# Kameya Box Garden



## kameya (Oct 7, 2011)

I've recently accquired three adult-sized eastern box turtles, so it's time for me to setup a new enclosure for the new comers.

Firstable, I had to find a piece of land that I can use for the new enclosure. I cleared out a roughly 30"x60" section of my sweet potato leaves garden to make room for the enclosure.






This time I went with the PVC pipes to be the main frame of the enclosure...at the time, I only had some coroplast material availble to use as the wall panels, but later I switched it to plywood materials...





Dropping the new enclosure onto the it's proper spot...





Adding the underground fence and water dish to the enclosure...





This is the finished look of the new enclosure, with the securing cover to prevent the box turtles from climbing out...





Othre accessories were also added to the enclosure...like the feeding tile, nesting sand box, and the hiding shelter...





Lastly, when I was working on this project, my next-door neighbor was also cutting down a tree on her front yard. So I went over and picked a fallen branch and used it as an obstacle course element for the turtles.





The turtles are currently living in their new enclosure, and I will post some photos of the box turtles in my next update.


----------



## dmmj (Oct 7, 2011)

Nice enclosure, I think you are gonna make people jealous.


----------



## jaizei (Oct 7, 2011)

That looks great.


----------



## Neal (Oct 7, 2011)

I like the idea of using PVC, what are you using as the walls? Looks like some kind of plastic.


----------



## ascott (Oct 7, 2011)

Very cooool....is that a blue half barrel under that bambo slat roof? I LOVE the little plastic draft strips....so tiny. 

Awesome


----------



## dmarcus (Oct 7, 2011)

Very nice...


----------



## pdrobber (Oct 7, 2011)

looking good


----------



## kimber_lee_314 (Oct 7, 2011)

Beautiful! How are your little ones doing?


----------



## laramie (Oct 8, 2011)

I like it, it looks wonderful. You did a very good job on it.


----------



## tyler0912 (Oct 8, 2011)

GRH....
It is soo great?


----------



## Stephanie (Oct 8, 2011)

I am so jealous, and I don't even own a boxie.  
That's a great garden


----------



## HipsterTorts (Oct 10, 2011)

Very nice! I am also jealous!
I'd love to be able to set something up like this for my torts!
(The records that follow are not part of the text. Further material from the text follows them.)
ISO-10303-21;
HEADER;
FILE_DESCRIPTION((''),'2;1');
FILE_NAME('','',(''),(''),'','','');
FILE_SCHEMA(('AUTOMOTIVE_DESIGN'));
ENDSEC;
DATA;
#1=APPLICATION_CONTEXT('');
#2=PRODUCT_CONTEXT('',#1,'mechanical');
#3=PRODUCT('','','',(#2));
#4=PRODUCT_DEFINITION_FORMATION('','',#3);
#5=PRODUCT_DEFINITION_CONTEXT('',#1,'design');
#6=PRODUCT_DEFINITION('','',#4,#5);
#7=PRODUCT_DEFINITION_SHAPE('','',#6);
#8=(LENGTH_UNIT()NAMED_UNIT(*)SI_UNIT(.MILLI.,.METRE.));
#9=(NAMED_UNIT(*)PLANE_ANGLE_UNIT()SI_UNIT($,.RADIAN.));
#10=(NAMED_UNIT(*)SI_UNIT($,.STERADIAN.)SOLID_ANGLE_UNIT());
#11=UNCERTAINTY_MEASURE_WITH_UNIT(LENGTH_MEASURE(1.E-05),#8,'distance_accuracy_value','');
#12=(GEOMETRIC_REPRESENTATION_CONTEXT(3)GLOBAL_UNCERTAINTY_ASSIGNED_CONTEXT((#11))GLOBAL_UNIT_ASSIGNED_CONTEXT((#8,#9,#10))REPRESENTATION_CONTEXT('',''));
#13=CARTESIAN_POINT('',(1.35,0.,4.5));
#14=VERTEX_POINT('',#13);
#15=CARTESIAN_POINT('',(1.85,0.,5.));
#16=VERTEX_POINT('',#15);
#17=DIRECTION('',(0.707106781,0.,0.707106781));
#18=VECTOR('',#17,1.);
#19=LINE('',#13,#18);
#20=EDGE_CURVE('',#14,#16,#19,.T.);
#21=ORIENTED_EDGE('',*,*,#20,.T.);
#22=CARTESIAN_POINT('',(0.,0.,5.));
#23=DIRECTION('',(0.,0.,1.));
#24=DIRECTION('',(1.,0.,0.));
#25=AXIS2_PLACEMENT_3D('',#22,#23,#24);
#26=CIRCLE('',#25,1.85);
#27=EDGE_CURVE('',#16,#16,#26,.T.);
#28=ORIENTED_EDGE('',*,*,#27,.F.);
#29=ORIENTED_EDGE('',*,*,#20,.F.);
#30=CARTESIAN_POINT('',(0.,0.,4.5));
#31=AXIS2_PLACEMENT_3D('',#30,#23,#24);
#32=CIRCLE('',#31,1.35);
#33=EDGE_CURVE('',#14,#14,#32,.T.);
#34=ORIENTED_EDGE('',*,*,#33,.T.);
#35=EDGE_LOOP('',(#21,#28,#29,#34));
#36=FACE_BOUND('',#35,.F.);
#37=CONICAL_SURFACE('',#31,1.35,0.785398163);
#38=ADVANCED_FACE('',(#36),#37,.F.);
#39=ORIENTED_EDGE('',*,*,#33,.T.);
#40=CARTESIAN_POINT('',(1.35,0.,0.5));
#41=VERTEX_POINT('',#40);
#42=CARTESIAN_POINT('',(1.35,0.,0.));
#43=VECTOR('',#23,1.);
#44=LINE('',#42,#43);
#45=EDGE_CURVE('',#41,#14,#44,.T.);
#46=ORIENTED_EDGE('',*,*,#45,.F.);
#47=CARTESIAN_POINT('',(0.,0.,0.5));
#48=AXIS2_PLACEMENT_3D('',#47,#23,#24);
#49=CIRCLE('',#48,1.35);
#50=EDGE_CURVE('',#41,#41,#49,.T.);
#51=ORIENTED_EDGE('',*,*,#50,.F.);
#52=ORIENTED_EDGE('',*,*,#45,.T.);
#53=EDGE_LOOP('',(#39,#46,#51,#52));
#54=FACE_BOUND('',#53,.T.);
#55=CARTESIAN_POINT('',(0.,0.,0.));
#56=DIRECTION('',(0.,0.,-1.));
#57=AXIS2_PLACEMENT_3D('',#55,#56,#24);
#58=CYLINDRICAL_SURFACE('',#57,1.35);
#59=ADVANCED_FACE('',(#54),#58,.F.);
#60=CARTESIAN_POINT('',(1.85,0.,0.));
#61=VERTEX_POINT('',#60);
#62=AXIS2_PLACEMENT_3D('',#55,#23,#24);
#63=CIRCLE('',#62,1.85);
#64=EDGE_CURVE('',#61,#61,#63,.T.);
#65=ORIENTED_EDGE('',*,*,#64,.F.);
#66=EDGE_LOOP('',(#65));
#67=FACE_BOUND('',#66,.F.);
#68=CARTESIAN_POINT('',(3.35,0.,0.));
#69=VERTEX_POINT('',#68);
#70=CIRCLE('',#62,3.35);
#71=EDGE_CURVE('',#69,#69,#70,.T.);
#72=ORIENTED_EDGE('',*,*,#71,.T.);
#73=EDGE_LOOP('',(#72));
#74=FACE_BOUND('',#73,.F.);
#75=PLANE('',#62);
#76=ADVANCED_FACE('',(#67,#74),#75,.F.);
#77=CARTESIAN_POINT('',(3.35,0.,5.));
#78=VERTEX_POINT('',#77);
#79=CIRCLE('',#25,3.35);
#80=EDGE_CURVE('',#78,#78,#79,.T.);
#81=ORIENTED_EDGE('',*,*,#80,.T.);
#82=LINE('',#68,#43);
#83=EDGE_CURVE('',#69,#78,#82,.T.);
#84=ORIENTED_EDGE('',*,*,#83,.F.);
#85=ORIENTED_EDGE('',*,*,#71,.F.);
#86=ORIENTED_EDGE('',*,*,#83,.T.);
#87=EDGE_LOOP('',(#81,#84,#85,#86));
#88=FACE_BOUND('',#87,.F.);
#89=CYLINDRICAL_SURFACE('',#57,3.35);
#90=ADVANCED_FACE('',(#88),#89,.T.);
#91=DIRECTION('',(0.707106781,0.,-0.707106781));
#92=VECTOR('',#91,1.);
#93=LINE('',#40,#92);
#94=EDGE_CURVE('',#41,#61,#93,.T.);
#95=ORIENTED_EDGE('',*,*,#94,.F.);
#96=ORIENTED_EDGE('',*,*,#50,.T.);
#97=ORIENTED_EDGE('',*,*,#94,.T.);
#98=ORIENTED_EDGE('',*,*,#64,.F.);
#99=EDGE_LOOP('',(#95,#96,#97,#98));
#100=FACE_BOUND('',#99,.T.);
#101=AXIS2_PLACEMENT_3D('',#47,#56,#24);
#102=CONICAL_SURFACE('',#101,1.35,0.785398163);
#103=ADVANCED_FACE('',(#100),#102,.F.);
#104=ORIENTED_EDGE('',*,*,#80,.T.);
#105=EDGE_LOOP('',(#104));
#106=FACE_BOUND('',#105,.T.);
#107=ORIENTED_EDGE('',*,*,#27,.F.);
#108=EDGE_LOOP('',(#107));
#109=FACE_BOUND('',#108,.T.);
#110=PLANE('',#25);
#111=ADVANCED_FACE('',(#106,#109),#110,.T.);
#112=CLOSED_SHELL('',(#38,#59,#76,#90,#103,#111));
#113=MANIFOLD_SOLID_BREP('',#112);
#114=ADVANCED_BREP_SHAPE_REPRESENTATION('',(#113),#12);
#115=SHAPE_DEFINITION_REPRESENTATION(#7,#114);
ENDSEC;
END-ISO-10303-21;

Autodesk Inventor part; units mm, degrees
ref_plane "YZ Plane" through (0, 0, 0) normal (1, 0, 0) x (0, 1, 0)
ref_plane "XZ Plane" through (0, 0, 0) normal (0, 1, 0) x (-1, 0, 0)
ref_plane "XY Plane" through (0, 0, 0) normal (0, 0, 1) x (1, 0, 0)
sketch "Sketch1" plane through (0, 0, 0) normal (0, 0, 1) x (1, 0, 0)
  circle A0 centre (0, 0) radius 1.35
  circle A1 centre (0, 0) radius 3.35
  dimension "d0" = 2.7
  dimension "d1" = 2
extrude "Extrusion1" add sketch "Sketch1" along normal blind 5
chamfer "Chamfer1" distance 0.5 angle 45 2 edges at (-1.35, 0, 5) (-1.35, 0, 0)
properties part number "caster-rod-clamp"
I just need a backyard first lol
Do your turtles like it?


----------



## AnthonyC (Oct 10, 2011)

That looks great!


----------



## kameya (Oct 10, 2011)

I've uploaded some photos of the box turtles...

I placed them on top of the branch for a group photo...the one on the far right is a male, and the two right behind him are females...
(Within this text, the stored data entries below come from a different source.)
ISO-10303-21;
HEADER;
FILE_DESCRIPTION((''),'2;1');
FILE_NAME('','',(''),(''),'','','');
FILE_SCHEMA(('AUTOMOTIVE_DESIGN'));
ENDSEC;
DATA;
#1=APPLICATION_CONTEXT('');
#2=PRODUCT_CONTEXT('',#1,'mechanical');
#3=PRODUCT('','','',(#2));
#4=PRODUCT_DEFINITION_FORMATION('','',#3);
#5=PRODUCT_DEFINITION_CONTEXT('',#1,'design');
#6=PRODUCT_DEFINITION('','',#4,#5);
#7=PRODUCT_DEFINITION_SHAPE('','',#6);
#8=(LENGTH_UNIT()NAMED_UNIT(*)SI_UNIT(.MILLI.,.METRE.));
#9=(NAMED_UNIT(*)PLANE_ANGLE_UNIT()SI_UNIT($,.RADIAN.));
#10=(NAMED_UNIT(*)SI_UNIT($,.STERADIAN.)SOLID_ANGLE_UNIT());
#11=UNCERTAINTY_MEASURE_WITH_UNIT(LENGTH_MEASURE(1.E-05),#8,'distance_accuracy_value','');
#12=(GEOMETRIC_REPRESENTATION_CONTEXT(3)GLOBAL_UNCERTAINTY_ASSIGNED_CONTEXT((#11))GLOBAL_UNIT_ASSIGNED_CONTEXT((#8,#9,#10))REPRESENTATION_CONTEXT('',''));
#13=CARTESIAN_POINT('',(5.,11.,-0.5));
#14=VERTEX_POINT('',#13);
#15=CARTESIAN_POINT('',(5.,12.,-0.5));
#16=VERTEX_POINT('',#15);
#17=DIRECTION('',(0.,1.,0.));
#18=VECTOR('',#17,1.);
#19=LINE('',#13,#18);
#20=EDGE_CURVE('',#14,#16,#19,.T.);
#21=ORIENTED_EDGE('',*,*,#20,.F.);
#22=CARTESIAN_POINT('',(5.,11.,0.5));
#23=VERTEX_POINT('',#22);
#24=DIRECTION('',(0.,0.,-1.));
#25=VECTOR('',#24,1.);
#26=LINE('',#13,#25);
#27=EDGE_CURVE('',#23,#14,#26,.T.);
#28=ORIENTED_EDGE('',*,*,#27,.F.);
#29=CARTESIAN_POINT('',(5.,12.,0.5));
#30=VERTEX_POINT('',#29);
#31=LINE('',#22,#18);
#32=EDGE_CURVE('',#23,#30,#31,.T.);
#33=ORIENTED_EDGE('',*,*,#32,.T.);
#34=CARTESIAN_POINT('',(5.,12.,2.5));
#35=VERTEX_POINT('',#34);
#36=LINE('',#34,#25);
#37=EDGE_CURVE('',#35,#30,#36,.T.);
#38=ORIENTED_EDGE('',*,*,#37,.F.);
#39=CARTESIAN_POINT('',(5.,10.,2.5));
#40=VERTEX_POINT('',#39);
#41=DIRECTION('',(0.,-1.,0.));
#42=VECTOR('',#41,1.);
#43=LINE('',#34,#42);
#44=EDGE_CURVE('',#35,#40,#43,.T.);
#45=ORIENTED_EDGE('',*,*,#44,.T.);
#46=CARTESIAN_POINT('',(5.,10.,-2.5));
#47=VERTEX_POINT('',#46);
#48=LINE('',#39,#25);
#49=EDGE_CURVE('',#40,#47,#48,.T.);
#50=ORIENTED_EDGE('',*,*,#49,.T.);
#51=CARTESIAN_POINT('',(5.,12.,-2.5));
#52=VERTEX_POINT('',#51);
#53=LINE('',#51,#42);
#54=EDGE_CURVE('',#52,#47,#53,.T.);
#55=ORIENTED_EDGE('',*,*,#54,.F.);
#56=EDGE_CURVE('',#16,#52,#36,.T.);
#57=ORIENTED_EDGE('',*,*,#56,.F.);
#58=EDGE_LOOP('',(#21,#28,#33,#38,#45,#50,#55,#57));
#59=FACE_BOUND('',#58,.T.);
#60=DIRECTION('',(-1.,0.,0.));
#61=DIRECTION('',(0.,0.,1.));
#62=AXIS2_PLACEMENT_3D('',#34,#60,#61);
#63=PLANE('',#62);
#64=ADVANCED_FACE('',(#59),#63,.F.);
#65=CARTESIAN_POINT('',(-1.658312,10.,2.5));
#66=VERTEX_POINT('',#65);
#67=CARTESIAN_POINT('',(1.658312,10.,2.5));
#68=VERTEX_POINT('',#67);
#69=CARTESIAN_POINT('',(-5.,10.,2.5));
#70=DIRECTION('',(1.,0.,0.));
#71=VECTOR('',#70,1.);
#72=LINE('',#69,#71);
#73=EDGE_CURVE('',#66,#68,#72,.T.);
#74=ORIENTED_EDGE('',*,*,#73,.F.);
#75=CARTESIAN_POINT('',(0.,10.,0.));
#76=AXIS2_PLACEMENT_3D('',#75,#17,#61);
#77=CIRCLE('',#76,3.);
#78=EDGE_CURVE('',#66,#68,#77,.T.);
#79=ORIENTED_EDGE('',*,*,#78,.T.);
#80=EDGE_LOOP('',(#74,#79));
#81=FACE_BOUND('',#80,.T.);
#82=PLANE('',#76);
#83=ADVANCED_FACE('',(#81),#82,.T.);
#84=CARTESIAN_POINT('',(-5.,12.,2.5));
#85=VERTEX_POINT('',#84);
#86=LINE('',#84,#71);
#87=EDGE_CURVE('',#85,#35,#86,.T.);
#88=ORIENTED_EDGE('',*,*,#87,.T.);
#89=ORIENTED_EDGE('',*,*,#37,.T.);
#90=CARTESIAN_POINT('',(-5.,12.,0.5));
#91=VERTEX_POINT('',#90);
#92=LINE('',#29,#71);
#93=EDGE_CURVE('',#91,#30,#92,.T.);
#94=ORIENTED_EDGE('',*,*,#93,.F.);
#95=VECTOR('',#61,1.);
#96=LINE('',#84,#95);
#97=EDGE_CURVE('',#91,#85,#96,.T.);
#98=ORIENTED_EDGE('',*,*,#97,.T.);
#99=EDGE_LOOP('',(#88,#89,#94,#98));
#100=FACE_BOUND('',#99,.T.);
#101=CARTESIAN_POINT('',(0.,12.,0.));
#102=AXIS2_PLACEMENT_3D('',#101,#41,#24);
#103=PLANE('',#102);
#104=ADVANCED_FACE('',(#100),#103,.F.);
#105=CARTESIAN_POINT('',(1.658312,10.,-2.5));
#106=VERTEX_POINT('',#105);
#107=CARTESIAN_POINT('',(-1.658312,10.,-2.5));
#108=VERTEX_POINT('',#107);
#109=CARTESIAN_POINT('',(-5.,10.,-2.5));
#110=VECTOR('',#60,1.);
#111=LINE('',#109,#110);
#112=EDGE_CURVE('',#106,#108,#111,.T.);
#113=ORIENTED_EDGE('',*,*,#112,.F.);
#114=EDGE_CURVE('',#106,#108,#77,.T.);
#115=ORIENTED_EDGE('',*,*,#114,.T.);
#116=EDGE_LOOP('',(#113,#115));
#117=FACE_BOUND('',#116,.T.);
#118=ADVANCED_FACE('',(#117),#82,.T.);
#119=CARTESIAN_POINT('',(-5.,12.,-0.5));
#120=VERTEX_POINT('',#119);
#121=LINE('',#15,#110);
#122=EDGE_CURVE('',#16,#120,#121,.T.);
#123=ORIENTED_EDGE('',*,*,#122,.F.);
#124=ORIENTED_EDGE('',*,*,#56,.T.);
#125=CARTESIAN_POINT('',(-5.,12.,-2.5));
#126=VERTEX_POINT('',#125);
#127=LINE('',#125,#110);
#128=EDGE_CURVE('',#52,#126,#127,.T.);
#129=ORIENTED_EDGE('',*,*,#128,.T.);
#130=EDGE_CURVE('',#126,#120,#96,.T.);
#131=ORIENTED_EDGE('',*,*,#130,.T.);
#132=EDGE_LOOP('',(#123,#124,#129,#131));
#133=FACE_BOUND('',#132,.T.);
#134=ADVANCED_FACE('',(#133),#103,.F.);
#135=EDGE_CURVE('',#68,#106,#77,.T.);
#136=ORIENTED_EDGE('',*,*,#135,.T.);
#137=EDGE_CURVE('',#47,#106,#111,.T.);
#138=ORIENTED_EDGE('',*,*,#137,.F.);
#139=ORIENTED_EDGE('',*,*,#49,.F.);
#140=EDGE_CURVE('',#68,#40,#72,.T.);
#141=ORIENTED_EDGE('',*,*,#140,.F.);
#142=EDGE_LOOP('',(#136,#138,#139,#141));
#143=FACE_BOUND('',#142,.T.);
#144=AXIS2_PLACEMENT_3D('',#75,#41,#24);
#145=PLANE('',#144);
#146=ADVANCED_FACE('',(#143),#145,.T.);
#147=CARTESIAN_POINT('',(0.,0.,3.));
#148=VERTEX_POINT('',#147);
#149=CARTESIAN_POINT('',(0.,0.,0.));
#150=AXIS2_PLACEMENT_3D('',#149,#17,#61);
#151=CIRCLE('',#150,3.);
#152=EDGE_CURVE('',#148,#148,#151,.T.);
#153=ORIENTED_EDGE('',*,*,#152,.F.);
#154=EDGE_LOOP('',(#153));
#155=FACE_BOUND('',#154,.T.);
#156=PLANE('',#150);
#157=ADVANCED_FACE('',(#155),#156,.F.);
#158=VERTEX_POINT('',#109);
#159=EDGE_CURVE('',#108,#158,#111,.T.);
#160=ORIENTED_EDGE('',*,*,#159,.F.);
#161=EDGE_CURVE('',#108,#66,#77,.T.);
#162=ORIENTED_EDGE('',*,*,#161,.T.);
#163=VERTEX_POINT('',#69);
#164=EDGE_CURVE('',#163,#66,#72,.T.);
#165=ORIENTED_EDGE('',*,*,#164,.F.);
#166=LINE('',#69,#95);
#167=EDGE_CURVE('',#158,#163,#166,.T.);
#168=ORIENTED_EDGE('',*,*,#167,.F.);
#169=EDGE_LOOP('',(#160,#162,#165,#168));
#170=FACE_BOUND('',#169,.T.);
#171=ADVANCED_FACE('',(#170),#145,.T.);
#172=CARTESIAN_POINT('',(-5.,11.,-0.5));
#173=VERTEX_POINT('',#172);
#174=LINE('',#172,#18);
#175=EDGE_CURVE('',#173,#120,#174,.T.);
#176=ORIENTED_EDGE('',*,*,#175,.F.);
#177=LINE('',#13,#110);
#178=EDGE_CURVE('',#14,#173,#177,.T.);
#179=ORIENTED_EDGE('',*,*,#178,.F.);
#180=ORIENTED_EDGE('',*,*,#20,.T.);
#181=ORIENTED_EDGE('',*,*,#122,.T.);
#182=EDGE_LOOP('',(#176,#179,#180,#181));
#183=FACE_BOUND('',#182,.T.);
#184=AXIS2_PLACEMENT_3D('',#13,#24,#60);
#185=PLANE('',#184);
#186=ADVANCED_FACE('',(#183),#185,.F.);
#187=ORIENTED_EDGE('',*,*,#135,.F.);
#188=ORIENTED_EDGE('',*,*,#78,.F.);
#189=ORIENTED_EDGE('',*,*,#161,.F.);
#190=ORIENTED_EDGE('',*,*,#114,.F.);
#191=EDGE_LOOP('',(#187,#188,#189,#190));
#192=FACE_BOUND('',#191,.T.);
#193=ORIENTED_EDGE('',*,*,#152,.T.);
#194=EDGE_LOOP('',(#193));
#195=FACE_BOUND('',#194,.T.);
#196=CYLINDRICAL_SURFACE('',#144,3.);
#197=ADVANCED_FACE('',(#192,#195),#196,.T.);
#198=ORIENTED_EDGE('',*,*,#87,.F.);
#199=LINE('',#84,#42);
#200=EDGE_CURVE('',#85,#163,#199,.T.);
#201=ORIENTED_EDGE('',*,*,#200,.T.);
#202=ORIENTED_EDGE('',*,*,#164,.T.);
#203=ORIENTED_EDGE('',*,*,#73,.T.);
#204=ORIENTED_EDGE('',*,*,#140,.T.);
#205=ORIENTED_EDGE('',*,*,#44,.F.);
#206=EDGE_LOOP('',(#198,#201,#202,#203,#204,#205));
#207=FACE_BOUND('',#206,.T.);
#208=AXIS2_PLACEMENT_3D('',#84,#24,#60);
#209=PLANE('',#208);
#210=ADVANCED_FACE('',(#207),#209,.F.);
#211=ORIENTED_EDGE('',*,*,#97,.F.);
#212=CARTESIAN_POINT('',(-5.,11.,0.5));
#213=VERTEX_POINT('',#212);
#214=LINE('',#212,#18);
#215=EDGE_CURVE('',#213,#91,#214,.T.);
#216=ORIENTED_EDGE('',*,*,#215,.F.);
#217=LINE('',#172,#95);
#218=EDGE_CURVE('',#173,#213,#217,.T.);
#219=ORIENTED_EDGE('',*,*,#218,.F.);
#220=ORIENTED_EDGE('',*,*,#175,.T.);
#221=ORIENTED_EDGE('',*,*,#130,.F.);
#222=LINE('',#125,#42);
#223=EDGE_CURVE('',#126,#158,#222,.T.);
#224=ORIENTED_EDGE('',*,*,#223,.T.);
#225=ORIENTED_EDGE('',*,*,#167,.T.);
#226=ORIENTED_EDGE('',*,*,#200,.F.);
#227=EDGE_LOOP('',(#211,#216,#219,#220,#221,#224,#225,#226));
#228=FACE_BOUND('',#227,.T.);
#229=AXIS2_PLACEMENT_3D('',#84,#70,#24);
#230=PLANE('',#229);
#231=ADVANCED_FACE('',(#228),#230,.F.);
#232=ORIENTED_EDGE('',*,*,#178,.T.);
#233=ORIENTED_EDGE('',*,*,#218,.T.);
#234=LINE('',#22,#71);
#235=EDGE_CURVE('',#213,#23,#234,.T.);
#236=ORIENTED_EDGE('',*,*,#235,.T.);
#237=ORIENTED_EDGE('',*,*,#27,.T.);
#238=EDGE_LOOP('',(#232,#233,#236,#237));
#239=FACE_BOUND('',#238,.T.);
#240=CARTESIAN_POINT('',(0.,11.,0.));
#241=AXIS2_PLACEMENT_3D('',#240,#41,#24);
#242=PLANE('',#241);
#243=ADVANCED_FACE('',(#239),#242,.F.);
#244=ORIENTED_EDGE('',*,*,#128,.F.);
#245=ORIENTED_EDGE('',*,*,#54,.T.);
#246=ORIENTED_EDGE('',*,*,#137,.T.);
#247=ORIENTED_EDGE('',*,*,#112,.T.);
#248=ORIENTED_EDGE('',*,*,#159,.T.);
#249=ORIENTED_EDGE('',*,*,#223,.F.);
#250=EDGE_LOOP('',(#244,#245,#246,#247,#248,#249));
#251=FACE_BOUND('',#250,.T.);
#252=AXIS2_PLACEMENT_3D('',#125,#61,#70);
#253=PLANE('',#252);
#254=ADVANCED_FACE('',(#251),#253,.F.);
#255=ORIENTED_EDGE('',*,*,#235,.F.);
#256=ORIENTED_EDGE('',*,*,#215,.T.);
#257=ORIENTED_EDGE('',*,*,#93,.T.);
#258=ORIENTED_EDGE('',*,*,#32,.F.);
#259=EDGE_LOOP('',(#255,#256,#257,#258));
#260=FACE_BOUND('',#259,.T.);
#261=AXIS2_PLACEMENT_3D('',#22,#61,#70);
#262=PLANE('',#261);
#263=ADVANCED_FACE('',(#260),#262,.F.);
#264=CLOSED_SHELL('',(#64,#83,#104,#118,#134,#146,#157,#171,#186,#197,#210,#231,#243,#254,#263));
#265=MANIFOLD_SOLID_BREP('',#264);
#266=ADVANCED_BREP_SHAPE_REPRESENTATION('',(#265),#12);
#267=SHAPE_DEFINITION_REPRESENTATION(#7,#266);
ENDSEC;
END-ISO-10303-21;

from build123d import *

# Parameters (mm, degrees)
SKETCH1_R           = 3
BOSS_EXTRUDE1_DEPTH = 10
SKETCH2_W           = 10
SKETCH2_H           = 5
BOSS_EXTRUDE2_DEPTH = 2
SKETCH3_W           = 10
SKETCH3_H           = 1
CUT_EXTRUDE1_DEPTH  = 1


with BuildPart() as part:
    # Sketch1 → Boss-Extrude1 (new body)
    with BuildSketch(Plane(origin=(0, 0, 0), x_dir=(1, 0, 0), z_dir=(0, 1, 0))):
        with Locations(Location((0, 0, 0), (0, 0, 270))):
            Circle(SKETCH1_R)
    extrude(amount=BOSS_EXTRUDE1_DEPTH)

    # Sketch2 → Boss-Extrude2 (add)
    with BuildSketch(Plane(origin=(0, 10, 0), x_dir=(1, 0, 0), z_dir=(0, 1, 0))):
        Rectangle(SKETCH2_W, SKETCH2_H)
    extrude(amount=BOSS_EXTRUDE2_DEPTH)

    # Sketch3 → Cut-Extrude1 (cut)
    with BuildSketch(Plane(origin=(0, 12, 0), x_dir=(1, 0, 0), z_dir=(0, 1, 0))):
        Rectangle(SKETCH3_W, SKETCH3_H)
    extrude(amount=-CUT_EXTRUDE1_DEPTH, mode=Mode.SUBTRACT)


solid = part.part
A few close-up shots of the sharp looking male box...










A few close-up shots of the ever outgoing female box...










A few close-up shots of the most beautiful but very shy female box...










I will just left them alone so they can explore around in their new habitat... ^_^


----------



## Jacqui (Oct 10, 2011)

As always a great job. Those are some great Easterns, your going to be having some awesome babies soon.


----------



## kameya (Oct 10, 2011)

kimber_lee_314 said:


> Beautiful! How are your little ones doing?



The little ones are doing great...they are playing hide-and-seek game with me everyday...I have to look hard for them when I want to get them out to the surface... ^_^



Jacqui said:


> As always a great job. Those are some great Easterns, your going to be having some awesome babies soon.



Thanks Jacqui...I definitely hope I will get some babies out of these beautiful parents... ^_^


----------



## Tccarolina (Oct 11, 2011)

Wow, I really like your shy female! Put up more pics of her when she ventures out a little!
Steve


----------